Хотелось закрыть глаза, но так крепко, чтобы навсегда – и чтобы забыть. Микита скрипнул зубами: никто, даже старый физик, не предупреждал его об изувеченных человеческих чучелах, догорающих под кровавым солнцем.
– Один недавно прямо в гроб наблевал, – большая сухая рука больно упала Миките на плечо. – Отойди.
Мокрый комок холодной испарины предательски скатился по спине, будто при температуре. В глаза ударили слёзы – солёные: непонятно, что подползает к губам, они или пот с лица.
Микита смог больно сглотнуть и поднять голову. Его держала за плечо грубая, изъеденная узловатыми красными ожогами рука с короткими обгоревшими пальцами, больше похожими на заветренные куски старого мяса.
Ошпаренные шрамы поднимались к лицу: они съели бровь и влажный, с чуть прищуренным веком глаз. Здоровая половина лица казалась такой красивой, что Микиту затошнило ещё сильнее – слишком неправильно она, со впалой щекой и грубой ямочкой, переходила в кольцеватые пожёванные клочки.
– Отойди, говорю, нашатыря для твоих обмороков в лазарете нет, – твёрже повторил мужчина, сильно отодвигая Микиту в сторону. – Фамилия?
– Лаптёнок, – он сдержал болезненную дрожь в нижней части подбородка и постарался смотреть в здоровый глаз напротив себя. Чтобы не видеть ни потрескавшуюся кожу, ни консервы внутри гробов-банок.
– Из моих, значит. Майор Клочков, – он коснулся своей обгоревшей руки: то ли погладить, то ли почесать. – Иди выпей воды и не стой здесь. Насмотришься ещё. Если повезёт.
«И вообще я рад, что приехал. Представляю, сколько всего интересного ещё впереди! Но уже очень скучаю. Передавай привет папе, мелкому, деду и Любаве. Пускай ждёт, и вы ждите! Я уже очень соскучился.
До скорой встречи, мамырлик!»
Когда Антон был маленьким, он всегда плакал над рассказами дед-Вовы о войне и испуганно сжимал в руках его узловатую ладонь без двух пальцев.
С закрытыми влажными глазами слушал, как немолодого хирурга дед-Вову вынули из родной деревни и бросили к фронту – и как только потом он узнал, что спустя неделю жену с глубокими прорезями морщин угнали на работы в Германии вместе с маленькой внучкой и другими женщинами.

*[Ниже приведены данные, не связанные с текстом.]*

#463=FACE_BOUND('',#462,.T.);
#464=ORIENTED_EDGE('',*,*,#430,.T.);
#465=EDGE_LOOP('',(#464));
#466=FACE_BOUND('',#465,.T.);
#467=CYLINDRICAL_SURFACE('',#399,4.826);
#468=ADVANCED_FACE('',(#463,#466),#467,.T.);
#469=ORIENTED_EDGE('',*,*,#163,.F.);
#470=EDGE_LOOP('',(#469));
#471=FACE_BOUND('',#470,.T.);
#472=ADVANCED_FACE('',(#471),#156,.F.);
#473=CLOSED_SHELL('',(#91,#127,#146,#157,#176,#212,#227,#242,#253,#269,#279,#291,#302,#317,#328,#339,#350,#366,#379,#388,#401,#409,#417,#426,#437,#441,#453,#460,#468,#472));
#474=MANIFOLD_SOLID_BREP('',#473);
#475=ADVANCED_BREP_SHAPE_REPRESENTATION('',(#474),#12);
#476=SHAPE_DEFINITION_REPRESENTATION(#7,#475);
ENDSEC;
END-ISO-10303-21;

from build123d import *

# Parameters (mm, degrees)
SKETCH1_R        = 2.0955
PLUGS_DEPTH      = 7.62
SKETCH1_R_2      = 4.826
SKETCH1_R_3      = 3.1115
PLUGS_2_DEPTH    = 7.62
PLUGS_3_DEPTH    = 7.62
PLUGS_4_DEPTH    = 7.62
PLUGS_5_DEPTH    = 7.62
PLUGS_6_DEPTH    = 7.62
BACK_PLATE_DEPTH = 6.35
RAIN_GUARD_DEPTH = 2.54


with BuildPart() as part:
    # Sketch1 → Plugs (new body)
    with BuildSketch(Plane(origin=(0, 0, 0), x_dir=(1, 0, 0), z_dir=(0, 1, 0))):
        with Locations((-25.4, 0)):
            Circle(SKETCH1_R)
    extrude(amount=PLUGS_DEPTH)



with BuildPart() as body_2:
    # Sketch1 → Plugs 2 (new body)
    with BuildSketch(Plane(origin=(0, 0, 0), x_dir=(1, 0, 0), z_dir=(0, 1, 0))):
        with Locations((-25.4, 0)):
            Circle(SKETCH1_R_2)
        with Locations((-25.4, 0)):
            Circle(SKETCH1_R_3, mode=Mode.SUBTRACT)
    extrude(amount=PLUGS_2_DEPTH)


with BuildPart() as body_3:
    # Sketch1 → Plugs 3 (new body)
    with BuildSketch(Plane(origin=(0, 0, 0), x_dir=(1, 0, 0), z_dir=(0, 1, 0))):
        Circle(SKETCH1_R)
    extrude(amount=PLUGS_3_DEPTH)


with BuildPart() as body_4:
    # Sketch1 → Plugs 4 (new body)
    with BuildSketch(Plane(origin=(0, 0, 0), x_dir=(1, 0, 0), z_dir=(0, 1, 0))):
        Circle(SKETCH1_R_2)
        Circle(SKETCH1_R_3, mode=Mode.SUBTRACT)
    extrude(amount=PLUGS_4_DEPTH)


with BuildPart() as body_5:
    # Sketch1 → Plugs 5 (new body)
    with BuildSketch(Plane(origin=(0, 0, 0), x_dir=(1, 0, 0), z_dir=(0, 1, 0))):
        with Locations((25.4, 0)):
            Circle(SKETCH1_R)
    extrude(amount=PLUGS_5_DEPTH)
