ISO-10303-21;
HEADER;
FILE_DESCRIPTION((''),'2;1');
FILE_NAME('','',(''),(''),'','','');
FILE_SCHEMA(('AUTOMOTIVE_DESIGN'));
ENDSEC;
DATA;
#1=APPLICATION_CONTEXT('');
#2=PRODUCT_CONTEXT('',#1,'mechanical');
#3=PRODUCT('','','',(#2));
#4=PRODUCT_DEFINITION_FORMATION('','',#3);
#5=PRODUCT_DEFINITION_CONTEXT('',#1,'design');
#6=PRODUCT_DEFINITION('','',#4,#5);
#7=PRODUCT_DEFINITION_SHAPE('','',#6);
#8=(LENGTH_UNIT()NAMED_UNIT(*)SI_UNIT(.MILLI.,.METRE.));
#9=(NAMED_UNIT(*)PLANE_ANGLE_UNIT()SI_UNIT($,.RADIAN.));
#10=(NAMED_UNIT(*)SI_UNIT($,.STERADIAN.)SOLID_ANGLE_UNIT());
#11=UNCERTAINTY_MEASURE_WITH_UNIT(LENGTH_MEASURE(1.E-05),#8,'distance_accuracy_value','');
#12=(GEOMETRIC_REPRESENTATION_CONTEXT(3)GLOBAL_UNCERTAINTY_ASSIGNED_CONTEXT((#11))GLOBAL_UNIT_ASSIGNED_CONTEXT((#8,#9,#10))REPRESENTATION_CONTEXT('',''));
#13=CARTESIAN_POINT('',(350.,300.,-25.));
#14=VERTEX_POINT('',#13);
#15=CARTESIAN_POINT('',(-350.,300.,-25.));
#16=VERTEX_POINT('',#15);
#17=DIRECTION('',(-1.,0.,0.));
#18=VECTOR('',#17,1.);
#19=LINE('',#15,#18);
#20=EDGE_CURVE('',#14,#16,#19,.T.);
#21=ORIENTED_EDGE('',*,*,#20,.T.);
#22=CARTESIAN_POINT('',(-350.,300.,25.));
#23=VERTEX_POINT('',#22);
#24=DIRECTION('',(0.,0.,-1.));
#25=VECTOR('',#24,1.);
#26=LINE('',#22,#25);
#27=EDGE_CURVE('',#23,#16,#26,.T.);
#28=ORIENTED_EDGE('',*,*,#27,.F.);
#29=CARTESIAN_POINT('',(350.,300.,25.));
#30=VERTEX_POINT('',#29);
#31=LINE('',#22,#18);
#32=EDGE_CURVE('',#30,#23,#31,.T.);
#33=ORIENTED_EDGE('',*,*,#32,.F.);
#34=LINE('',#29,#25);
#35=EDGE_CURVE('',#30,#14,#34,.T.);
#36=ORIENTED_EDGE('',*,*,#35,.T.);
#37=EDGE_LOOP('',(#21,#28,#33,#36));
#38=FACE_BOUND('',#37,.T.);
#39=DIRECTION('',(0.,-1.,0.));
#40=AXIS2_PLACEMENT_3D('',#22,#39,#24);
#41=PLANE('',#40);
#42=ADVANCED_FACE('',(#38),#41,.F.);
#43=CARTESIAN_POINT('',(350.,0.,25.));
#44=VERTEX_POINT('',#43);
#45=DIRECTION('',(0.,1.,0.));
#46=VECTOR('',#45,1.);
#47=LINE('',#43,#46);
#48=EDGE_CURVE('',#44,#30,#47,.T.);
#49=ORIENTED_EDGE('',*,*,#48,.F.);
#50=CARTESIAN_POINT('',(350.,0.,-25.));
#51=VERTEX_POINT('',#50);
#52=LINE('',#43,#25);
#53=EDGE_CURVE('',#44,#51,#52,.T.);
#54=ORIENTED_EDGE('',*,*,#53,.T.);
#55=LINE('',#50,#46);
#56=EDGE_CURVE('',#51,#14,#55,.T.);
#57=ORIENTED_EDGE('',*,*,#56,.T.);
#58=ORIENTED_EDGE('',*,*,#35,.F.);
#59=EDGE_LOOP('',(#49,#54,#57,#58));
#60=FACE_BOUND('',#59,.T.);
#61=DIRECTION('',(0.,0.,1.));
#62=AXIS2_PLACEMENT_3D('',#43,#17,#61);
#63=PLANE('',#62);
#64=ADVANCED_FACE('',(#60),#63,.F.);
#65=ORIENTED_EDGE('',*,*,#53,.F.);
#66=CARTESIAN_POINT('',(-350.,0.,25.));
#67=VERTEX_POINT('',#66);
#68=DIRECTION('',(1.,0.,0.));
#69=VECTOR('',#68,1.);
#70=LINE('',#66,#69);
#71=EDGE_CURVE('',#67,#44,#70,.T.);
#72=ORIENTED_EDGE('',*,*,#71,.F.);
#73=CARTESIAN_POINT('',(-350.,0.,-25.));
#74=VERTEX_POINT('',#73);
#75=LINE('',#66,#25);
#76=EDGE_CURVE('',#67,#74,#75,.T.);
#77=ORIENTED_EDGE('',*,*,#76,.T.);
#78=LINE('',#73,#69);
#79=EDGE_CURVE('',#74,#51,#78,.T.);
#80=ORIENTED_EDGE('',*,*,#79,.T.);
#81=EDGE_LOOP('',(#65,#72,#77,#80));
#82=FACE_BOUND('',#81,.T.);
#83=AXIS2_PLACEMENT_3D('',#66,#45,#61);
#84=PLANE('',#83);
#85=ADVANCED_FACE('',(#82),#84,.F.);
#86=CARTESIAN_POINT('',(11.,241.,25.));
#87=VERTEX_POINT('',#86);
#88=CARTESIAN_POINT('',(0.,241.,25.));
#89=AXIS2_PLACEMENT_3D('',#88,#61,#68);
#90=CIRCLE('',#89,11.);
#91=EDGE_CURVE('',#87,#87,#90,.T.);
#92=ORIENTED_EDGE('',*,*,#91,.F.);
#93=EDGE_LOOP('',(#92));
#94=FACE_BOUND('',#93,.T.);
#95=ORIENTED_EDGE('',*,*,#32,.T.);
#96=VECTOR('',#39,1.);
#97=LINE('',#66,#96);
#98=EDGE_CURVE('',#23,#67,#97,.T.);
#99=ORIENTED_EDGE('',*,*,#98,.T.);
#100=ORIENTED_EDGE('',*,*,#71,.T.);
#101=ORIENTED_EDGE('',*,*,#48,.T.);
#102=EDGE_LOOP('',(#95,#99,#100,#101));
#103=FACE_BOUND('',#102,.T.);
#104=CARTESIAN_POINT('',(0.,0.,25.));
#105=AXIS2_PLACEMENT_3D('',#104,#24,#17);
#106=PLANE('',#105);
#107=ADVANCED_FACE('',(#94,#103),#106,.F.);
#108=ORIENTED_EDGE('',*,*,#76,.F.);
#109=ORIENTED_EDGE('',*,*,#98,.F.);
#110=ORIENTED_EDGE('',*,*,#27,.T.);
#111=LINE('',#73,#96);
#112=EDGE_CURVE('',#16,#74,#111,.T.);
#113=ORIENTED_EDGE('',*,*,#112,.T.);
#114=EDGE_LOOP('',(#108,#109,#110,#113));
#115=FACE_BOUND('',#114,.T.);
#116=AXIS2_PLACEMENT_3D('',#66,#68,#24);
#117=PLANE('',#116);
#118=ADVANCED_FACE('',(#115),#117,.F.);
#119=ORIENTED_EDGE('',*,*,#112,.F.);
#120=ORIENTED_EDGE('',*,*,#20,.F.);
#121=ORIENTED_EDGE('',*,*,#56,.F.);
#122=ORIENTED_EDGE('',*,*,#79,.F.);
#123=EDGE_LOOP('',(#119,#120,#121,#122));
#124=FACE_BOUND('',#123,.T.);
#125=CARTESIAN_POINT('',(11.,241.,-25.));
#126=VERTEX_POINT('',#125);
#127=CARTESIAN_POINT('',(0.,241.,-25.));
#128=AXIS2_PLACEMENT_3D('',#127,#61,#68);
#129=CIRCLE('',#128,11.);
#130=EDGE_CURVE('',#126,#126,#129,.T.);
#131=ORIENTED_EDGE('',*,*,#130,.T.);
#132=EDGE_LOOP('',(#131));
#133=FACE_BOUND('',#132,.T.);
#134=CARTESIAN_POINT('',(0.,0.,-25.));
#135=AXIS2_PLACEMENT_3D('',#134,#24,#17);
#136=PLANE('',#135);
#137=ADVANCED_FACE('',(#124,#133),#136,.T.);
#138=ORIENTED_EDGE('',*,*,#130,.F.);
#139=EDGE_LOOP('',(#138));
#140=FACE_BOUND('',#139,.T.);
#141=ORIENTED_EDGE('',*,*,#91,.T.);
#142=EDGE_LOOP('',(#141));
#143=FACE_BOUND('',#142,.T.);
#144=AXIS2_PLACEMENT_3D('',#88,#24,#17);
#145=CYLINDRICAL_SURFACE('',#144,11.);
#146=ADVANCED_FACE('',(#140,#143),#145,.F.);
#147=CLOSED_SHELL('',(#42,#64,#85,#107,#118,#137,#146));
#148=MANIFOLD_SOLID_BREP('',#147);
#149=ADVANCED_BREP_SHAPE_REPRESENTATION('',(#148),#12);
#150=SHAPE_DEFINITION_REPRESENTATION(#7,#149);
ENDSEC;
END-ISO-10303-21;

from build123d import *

# Parameters (mm, degrees)
SKETCH1_W               = 700
SKETCH1_H               = 300
BOSS_EXTRUDE1_DEPTH     = 25
SKETCH2_R               = 11
CUT_EXTRUDE1_DEPTH      = 26
CUT_EXTRUDE1_DEPTH_BACK = 26


with BuildPart() as part:
    # Sketch1 → Boss-Extrude1 (new body, symmetric)
    with BuildSketch(Plane.XY):
        with Locations((0, 150)):
            Rectangle(SKETCH1_W, SKETCH1_H)
    extrude(amount=BOSS_EXTRUDE1_DEPTH, both=True)

    # Sketch2 → Cut-Extrude1 (cut, two sides)
    with BuildSketch(Plane.XY) as cut_extrude1_sk:
        with Locations((0, 241)):
            Circle(SKETCH2_R)
    extrude(amount=CUT_EXTRUDE1_DEPTH, mode=Mode.SUBTRACT)
    extrude(cut_extrude1_sk.sketch, amount=-CUT_EXTRUDE1_DEPTH_BACK, mode=Mode.SUBTRACT)


solid = part.part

Как в часть несколько месяцев приходили долгожданные письма от сына, а потом перестали – до сих пор ни одного. Говорят, без вести пропал. Дед-Вова думает, без вести погиб.

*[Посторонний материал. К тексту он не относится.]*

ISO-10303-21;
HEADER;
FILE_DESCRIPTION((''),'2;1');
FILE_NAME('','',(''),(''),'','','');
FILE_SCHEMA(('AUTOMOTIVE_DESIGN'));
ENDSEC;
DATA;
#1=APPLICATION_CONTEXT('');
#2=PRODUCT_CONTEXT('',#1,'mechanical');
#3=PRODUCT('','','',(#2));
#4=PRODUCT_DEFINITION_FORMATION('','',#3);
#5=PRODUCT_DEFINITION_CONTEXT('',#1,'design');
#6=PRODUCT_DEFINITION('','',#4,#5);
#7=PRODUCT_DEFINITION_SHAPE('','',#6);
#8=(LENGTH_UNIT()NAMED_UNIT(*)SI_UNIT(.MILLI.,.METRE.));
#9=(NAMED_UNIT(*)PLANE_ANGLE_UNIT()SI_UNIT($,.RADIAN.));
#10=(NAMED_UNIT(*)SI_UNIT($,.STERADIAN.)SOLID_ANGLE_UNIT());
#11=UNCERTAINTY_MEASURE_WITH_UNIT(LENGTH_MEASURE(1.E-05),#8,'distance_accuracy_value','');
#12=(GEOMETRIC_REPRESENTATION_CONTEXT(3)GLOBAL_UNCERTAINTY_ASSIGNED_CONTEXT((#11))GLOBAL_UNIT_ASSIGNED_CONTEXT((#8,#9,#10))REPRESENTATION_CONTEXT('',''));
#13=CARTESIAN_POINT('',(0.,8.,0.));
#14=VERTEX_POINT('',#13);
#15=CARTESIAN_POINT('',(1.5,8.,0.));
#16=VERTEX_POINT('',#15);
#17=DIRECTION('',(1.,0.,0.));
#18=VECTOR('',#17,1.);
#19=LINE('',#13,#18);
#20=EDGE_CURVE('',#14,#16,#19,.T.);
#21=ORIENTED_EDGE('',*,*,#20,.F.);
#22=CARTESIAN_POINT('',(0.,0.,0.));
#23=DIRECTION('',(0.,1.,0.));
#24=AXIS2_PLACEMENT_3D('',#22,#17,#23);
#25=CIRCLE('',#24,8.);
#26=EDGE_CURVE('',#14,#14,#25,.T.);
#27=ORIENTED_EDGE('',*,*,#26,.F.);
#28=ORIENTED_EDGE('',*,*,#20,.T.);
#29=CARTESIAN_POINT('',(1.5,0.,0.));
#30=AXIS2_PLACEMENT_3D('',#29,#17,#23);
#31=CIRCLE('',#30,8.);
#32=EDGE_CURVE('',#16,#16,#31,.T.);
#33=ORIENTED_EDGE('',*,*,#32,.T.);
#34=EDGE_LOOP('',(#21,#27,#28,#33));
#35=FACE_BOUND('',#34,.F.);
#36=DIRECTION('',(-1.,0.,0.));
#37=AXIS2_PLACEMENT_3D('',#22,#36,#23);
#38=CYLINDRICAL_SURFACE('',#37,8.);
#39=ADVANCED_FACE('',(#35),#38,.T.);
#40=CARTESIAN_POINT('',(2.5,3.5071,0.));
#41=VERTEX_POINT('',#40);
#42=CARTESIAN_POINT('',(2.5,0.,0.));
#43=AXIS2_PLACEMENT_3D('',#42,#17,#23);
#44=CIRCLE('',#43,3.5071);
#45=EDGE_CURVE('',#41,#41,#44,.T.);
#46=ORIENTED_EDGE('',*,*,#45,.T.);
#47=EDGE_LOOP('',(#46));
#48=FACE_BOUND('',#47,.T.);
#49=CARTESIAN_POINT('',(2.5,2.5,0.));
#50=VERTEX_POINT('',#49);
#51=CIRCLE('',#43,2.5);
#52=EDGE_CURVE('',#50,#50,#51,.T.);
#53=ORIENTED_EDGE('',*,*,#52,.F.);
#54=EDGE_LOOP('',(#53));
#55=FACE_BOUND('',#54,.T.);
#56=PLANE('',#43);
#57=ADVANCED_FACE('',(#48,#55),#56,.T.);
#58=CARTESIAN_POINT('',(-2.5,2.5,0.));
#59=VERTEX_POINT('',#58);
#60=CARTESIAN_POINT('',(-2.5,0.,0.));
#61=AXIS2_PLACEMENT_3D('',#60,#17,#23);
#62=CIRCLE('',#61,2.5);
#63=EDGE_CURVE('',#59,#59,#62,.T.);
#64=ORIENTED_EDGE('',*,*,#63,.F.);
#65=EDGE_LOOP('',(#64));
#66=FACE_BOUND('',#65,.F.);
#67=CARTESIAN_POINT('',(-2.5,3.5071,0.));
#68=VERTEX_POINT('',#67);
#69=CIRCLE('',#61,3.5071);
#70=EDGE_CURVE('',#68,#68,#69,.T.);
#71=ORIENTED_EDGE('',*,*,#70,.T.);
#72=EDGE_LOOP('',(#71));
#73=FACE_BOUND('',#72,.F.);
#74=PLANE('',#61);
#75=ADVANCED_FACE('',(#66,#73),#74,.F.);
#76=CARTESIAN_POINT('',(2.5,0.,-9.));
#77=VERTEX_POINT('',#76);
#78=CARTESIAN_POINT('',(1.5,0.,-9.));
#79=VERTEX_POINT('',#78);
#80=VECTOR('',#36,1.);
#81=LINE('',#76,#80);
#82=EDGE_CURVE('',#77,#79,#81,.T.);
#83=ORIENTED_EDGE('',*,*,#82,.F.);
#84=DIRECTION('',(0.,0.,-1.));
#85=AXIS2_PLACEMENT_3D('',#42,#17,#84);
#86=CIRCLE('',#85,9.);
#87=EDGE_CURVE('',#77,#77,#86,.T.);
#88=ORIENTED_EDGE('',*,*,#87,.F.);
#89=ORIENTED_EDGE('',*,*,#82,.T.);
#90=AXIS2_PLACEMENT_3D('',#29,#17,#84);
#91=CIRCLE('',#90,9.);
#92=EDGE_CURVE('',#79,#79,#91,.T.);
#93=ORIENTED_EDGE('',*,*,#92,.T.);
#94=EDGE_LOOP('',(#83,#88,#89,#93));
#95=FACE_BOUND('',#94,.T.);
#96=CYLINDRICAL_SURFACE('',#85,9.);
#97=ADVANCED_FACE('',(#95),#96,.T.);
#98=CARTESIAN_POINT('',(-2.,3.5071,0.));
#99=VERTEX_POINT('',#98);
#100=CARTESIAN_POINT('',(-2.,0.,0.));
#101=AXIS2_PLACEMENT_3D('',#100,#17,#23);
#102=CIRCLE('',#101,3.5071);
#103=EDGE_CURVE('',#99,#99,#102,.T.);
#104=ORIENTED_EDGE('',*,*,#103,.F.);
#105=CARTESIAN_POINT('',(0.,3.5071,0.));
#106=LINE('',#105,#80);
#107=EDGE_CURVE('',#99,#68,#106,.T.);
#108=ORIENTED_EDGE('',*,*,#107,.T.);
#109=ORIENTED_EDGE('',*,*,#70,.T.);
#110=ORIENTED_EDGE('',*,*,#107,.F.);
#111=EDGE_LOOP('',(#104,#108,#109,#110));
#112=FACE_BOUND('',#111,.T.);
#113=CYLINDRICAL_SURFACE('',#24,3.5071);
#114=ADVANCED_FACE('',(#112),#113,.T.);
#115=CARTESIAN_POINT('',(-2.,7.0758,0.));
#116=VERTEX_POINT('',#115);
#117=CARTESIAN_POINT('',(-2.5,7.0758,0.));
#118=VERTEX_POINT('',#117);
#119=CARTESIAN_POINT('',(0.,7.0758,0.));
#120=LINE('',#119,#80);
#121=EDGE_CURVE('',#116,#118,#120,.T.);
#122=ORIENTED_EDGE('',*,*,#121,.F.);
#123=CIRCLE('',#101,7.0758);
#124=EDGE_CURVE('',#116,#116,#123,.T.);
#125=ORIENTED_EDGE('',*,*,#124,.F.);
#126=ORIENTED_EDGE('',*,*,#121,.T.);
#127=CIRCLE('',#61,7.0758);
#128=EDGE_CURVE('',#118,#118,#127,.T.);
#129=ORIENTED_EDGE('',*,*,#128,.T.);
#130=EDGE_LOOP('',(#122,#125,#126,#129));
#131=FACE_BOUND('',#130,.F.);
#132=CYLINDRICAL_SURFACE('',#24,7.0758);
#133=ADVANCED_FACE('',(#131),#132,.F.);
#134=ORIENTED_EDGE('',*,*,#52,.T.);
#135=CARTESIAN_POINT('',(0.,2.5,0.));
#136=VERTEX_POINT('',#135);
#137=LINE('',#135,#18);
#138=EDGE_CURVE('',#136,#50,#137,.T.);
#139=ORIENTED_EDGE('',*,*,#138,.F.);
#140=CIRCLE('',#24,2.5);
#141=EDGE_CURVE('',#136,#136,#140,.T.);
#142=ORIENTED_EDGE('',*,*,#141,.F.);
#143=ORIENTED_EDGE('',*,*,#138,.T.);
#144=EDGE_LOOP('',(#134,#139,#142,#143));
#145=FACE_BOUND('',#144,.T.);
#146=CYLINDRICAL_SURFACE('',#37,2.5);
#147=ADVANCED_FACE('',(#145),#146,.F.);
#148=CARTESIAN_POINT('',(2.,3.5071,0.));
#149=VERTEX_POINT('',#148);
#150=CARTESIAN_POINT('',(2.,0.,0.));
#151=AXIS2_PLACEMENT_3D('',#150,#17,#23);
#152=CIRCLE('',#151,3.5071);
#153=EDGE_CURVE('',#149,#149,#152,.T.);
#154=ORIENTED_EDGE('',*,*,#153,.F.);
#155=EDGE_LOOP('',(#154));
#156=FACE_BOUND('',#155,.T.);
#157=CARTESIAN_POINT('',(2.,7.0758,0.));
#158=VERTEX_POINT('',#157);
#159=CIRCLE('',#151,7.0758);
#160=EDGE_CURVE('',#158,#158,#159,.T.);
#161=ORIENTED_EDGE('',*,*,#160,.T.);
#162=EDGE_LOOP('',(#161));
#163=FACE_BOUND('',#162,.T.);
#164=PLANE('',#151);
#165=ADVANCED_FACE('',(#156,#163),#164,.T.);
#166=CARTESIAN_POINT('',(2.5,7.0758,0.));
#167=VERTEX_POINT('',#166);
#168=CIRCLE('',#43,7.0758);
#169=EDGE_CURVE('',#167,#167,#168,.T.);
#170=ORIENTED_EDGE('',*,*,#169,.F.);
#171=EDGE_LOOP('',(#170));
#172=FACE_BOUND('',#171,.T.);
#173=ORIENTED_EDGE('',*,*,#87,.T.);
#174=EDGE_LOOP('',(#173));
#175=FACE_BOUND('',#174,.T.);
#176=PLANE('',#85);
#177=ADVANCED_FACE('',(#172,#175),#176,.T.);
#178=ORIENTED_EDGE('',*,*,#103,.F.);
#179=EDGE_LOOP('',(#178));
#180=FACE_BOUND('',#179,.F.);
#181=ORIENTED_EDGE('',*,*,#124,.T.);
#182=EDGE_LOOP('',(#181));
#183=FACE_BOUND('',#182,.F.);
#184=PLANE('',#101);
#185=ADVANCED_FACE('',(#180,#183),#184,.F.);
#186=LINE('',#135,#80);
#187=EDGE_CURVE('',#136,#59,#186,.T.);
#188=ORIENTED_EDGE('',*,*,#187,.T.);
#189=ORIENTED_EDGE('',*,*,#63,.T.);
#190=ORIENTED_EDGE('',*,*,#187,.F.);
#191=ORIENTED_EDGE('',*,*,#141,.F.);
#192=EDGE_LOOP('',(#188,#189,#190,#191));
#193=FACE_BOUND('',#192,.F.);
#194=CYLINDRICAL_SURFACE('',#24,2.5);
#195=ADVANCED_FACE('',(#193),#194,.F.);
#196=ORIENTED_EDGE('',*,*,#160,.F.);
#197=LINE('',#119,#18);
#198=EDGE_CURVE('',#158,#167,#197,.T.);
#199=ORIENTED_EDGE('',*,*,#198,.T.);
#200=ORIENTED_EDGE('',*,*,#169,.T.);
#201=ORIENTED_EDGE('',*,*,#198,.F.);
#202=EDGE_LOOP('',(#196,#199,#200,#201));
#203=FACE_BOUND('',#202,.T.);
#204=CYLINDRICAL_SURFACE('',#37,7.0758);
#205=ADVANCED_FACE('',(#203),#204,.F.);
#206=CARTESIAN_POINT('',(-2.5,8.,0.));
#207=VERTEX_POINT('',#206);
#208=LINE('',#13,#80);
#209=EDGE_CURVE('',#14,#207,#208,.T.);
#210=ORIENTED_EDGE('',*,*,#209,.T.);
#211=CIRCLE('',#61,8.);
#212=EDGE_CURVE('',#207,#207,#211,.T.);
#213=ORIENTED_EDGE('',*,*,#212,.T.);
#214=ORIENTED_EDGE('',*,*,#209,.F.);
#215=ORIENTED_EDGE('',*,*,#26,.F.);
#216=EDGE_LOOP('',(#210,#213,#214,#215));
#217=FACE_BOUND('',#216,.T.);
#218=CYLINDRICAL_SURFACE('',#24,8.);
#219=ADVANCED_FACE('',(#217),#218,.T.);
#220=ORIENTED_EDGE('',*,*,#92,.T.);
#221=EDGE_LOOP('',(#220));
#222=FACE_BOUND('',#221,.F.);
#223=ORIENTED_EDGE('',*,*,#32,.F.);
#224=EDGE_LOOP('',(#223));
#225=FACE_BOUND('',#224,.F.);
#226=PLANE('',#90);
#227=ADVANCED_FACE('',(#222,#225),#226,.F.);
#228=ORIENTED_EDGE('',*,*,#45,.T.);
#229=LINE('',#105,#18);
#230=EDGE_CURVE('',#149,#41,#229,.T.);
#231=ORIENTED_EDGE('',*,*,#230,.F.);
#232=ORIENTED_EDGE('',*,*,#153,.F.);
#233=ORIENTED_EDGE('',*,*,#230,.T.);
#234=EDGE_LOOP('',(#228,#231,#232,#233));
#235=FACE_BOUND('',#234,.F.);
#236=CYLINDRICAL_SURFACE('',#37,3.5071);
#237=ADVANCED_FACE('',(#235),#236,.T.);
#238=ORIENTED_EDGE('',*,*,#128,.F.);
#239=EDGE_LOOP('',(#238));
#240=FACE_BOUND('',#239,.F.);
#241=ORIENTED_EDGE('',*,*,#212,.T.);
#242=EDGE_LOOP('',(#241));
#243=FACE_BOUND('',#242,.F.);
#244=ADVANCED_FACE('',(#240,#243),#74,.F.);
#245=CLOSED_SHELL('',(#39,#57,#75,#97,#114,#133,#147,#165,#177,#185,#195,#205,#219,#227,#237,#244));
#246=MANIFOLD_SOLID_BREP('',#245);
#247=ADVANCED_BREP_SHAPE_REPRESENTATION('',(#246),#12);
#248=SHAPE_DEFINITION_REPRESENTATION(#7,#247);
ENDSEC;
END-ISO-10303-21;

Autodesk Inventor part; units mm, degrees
ref_plane "YZ Plane" through (0, 0, 0) normal (1, 0, 0) x (0, 1, 0)
ref_plane "XZ Plane" through (0, 0, 0) normal (0, 1, 0) x (-1, 0, 0)
ref_plane "XY Plane" through (0, 0, 0) normal (0, 0, 1) x (1, 0, 0)
sketch "Эскиз1" plane through (0, 0, 0) normal (1, 0, 0) x (0, 1, 0)
  circle A0 centre (0, 0) radius 8
  circle A1 centre (0, 0) radius 2.5
  circle A2 centre (0, 0) radius 9
  circle A3 centre (0, 0) radius 7.0758
  circle A4 centre (0, 0) radius 3.5071
  dimension "d0" = 16
  dimension "d1" = 5
  dimension "d2" = 18
extrude "Выдавливание1" add sketch "Эскиз1" along normal mid plane 5 contours A0 | A4
extrude "Выдавливание2" add sketch "Эскиз1" along normal mid plane 4 contours A3
sketch "Эскиз2" plane through (2.5, 0, 0) normal (1, 0, 0) x (0, 0, -1)
  circle A0 centre (0, 0) radius 9
  circle A1 centre (0, 0) radius 8
  dimension "d7" = 18
  dimension "d8" = 16
extrude "Выдавливание3" add sketch "Эскиз2" against normal blind 1
properties part number "F625ZZ"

Иногда Антон долго не мог уснуть после рассказов о бомбёжке. Он надеялся, что дед-Вова просто придумывает, чтобы посильнее напугать: не может же быть, чтобы напали на лазарет и убили так подло тех, кто не мог себя защитить. И вот было бы здорово, окажись, что беспалая ладонь дед-Вовы – это тоже какая-нибудь благородная история. Покрасивее этой.
…больше всего Антон боялся истории о конце войны. Он и сам не знал, почему: но всегда кутался с головой в пёстрое стёганное ватой одеяло и заглядывал прямо в красные дед-Вовины глаза. Сразу казалось, что теперь всё будет хорошо.
Тогда, в конце мая, на вокзале встречали солдат. Кто-то сразу бросался к своим; кто-то, размазывая сжатыми кулаками слёзы, вглядывался в чёрные пасти дверей вагона, надеясь найти знакомое лицо. Дед-Вове хотелось быстрее уйти. Ему ещё весь день добираться до деревни.
Как будто бы с другой от толпы стороны стоял парень лет девяти: с очень взрослыми грустными глазами, в косой беретке и с нервно вздрагивающей, как у больного старика, улыбкой. На вопросы дед-Вовы ответил, что никого не ждёт, потому что все родные умерли; никуда не едет, потому что специально убежал; и что фамилия его – Клочков, но можно называть Антоном.
Дед-Вова, наверное, был слишком раздавлен надвигающимся одиночеством, чтобы пройти мимо.